Benchmarking this lazy implementation, with a random dataset available on the UCI website and using the Euclidean distance metric showed an average prediction accuracy of ~97.7%. The classification time can vary greatly, based on the number of cores and secondary threads used.

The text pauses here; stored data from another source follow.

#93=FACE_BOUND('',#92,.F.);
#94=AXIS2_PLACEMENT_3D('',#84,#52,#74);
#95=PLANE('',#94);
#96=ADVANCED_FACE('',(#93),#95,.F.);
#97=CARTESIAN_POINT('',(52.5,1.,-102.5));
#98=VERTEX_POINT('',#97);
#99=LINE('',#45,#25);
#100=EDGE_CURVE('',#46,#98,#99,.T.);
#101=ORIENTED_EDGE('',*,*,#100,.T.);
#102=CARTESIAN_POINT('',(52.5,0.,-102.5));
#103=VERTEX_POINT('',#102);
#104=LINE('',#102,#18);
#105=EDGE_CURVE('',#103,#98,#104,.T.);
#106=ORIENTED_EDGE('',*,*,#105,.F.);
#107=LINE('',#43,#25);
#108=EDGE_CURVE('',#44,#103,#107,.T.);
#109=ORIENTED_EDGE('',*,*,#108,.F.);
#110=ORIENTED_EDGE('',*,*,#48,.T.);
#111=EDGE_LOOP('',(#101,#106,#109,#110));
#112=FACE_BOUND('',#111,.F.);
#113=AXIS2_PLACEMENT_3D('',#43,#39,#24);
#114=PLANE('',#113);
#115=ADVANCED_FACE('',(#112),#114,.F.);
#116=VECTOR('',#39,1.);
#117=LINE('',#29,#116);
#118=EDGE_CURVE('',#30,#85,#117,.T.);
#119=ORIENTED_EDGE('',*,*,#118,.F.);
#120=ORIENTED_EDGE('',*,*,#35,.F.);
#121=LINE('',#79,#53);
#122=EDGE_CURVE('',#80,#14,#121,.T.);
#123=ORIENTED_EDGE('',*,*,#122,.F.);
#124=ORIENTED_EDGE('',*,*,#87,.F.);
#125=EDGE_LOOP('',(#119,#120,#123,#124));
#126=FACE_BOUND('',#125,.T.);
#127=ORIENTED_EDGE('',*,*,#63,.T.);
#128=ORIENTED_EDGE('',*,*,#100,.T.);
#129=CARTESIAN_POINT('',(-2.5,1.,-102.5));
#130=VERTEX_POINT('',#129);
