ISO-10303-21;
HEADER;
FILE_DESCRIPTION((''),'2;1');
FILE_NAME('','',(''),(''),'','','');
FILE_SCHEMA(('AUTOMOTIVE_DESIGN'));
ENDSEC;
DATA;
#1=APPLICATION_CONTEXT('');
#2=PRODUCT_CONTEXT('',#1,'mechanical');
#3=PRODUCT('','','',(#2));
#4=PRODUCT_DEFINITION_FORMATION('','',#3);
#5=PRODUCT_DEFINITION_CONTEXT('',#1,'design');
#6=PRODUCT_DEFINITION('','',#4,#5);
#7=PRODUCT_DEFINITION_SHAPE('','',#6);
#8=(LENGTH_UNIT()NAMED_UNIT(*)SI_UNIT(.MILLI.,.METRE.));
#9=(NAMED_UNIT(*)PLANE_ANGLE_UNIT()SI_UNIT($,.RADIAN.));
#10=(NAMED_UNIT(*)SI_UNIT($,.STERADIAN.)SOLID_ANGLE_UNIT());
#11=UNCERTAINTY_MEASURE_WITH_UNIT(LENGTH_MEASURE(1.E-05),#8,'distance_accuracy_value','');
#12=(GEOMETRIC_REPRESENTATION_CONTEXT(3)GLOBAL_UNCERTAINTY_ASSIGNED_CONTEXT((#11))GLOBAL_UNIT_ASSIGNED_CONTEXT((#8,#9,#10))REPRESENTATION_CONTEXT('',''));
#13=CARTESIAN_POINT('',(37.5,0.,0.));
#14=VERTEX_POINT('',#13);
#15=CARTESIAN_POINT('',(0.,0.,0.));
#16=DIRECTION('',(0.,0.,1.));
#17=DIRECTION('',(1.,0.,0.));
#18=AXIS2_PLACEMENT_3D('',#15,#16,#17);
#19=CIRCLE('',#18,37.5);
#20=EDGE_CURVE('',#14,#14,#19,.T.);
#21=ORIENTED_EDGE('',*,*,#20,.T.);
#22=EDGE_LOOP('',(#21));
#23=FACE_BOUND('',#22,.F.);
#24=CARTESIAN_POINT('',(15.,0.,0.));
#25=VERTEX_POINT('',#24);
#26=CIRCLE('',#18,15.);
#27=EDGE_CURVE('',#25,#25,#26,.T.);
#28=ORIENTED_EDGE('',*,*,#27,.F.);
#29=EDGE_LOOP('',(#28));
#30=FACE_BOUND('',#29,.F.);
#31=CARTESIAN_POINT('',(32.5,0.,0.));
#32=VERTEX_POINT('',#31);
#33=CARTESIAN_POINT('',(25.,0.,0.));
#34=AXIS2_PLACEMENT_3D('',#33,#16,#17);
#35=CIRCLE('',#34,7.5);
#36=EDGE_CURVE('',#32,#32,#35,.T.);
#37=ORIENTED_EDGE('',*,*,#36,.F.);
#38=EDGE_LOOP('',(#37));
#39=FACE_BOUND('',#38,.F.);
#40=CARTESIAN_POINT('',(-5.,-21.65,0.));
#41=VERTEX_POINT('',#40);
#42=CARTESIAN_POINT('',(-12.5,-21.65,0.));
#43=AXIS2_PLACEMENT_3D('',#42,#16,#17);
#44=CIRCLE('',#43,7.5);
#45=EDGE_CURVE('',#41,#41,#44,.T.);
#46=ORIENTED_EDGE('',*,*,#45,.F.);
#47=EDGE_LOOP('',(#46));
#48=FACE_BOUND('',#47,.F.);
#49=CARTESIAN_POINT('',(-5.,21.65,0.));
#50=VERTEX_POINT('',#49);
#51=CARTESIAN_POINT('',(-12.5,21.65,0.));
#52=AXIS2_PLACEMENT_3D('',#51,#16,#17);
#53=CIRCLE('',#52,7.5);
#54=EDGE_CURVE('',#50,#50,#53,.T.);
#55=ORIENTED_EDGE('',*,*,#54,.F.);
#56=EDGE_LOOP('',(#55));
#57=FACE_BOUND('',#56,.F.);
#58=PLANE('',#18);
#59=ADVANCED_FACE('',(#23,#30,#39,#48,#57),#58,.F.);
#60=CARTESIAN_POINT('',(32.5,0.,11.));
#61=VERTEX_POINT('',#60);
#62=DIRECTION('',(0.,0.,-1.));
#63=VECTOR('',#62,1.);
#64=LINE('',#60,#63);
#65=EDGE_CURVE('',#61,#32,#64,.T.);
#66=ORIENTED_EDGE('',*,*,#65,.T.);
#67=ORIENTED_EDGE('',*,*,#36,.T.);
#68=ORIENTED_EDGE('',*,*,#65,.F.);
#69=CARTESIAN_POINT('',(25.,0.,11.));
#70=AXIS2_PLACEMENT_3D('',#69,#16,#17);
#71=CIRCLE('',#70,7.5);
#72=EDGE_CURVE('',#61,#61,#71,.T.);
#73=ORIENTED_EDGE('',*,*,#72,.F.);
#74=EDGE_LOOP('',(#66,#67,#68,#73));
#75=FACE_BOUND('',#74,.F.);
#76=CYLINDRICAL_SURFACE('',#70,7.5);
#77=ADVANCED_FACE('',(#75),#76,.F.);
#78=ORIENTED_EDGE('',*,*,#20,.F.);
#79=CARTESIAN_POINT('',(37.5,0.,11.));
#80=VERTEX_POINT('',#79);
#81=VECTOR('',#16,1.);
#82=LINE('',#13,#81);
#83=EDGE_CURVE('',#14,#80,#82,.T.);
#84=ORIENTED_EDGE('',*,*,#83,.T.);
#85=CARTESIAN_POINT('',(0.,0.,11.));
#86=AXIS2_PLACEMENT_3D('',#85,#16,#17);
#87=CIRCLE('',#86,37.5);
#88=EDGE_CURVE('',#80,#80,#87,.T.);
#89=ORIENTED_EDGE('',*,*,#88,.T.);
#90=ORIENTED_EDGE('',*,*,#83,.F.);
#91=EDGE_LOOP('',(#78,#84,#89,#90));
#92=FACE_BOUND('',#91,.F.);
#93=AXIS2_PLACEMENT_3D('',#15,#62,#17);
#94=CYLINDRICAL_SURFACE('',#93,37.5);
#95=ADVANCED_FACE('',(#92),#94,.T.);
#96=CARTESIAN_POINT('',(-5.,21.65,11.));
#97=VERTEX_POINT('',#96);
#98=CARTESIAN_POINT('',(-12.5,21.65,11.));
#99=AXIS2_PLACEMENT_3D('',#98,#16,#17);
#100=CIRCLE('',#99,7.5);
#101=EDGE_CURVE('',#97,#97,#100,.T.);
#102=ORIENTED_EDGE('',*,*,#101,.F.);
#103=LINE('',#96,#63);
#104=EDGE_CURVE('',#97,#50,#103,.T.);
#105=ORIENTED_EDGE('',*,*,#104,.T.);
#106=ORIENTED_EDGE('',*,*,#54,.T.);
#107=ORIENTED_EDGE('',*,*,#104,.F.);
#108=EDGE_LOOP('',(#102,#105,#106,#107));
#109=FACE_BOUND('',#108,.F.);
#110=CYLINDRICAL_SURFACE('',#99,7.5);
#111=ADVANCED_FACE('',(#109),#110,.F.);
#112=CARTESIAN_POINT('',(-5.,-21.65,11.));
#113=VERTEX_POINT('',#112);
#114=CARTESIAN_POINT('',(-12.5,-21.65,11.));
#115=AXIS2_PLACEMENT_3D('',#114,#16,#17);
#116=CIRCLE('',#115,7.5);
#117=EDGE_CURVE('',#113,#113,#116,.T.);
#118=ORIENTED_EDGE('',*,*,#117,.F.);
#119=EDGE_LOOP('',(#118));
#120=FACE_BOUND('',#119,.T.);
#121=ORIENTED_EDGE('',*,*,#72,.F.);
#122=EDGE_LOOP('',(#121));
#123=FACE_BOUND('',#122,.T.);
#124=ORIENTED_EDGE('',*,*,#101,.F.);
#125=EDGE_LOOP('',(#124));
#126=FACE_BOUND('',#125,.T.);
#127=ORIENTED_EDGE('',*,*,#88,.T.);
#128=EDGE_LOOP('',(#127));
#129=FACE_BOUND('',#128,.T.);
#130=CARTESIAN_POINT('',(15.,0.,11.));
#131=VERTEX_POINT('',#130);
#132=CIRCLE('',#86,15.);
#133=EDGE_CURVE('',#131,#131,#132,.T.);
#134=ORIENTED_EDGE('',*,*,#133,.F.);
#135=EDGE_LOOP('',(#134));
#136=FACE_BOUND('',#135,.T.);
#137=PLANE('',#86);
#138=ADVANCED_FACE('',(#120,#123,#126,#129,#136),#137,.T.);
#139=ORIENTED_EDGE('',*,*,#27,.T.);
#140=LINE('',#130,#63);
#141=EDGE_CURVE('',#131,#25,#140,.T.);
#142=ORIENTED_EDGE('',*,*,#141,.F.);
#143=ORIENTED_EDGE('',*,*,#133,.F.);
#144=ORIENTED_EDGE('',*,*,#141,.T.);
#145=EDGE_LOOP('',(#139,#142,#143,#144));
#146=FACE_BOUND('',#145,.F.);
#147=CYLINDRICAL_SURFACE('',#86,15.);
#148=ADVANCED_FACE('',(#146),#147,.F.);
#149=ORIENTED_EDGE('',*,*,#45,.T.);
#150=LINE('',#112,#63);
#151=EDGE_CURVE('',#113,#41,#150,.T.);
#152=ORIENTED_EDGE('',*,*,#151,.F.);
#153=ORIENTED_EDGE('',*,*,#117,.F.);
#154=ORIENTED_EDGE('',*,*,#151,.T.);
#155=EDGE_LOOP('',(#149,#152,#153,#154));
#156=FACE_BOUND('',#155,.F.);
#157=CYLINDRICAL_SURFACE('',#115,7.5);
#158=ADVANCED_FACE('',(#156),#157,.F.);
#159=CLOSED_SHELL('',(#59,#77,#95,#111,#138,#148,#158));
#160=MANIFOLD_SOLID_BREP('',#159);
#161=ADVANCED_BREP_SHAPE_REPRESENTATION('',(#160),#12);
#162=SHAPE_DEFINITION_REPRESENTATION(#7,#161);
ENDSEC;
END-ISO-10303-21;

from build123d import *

# Parameters (mm, degrees)
SKETCH_1_R     = 37.5
PAD_1_DEPTH    = 11
SKETCH_2_R     = 15
POCKET_2_DEPTH = 11.001
SKETCH_3_R     = 4.5
POCKET_3_DEPTH = 11.001
SKETCH_4_R     = 4.5
POCKET_4_DEPTH = 11.001
SKETCH_5_R     = 4.5
POCKET_5_DEPTH = 11.001
SKETCH_6_R     = 7.5
POCKET_6_DEPTH = 11.001
SKETCH_7_R     = 7.5
POCKET_7_DEPTH = 11.001
SKETCH_8_R     = 7.5
POCKET_8_DEPTH = 11.001


with BuildPart() as part:
    # Sketch_1 → Pad_1 (new body)
    with BuildSketch(Plane.XY):
        Circle(SKETCH_1_R)
    extrude(amount=PAD_1_DEPTH)

    # Sketch_2 (on Face3 of Pad_1) → Pocket_2 (cut, through all)
    with BuildSketch(Plane.XY.offset(11)):
        Circle(SKETCH_2_R)
    extrude(amount=-POCKET_2_DEPTH, mode=Mode.SUBTRACT)

    # Sketch_3 (on Face3 of Pocket_2) → Pocket_3 (cut, through all)
    with BuildSketch(Plane.XY.offset(11)):
        with Locations((25, 0)):
            Circle(SKETCH_3_R)
    extrude(amount=-POCKET_3_DEPTH, mode=Mode.SUBTRACT)

    # Sketch_4 (on Face3 of Pocket_3) → Pocket_4 (cut, through all)
    with BuildSketch(Plane.XY.offset(11)):
        with Locations((-12.5, 21.65)):
            Circle(SKETCH_4_R)
    extrude(amount=-POCKET_4_DEPTH, mode=Mode.SUBTRACT)

    # Sketch_5 (on Face3 of Pocket_4) → Pocket_5 (cut, through all)
    with BuildSketch(Plane.XY.offset(11)):
        with Locations((-12.5, -21.65)):
            Circle(SKETCH_5_R)
    extrude(amount=-POCKET_5_DEPTH, mode=Mode.SUBTRACT)

    # Sketch_6 (on Face3 of Pocket_5) → Pocket_6 (cut, through all)
    with BuildSketch(Plane.XY.offset(11)):
        with Locations((25, 0)):
            Circle(SKETCH_6_R)
    extrude(amount=-POCKET_6_DEPTH, mode=Mode.SUBTRACT)

    # Sketch_7 (on Face3 of Pocket_6) → Pocket_7 (cut, through all)
    with BuildSketch(Plane.XY.offset(11)):
        with Locations((-12.5, 21.65)):
            Circle(SKETCH_7_R)
    extrude(amount=-POCKET_7_DEPTH, mode=Mode.SUBTRACT)

    # Sketch_8 (on Face3 of Pocket_7) → Pocket_8 (cut, through all)
    with BuildSketch(Plane.XY.offset(11)):
        with Locations((-12.5, -21.65)):
            Circle(SKETCH_8_R)
    extrude(amount=-POCKET_8_DEPTH, mode=Mode.SUBTRACT)


solid = part.part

With 2 cores and 4 secondary threads (-s 4
) the classification time of a single instance after optimization of the code was ~1.9ms per instance and the total validation time decreased significantly when using 4 cores and 8 secondary threads (-s 8
), showing how kdb+ can be used to great effect for machine-learning purposes, even with heavy-compute implementations such as the k-NN.
Author¶
Emanuele Melis works for KX as kdb+ consultant. Currently based in the UK, he has been involved in designing, developing and maintaining solutions for equities data at a world-leading financial institution. Keen on machine learning, Emanuele has delivered talks and presentations on pattern-recognition implementations using kdb+.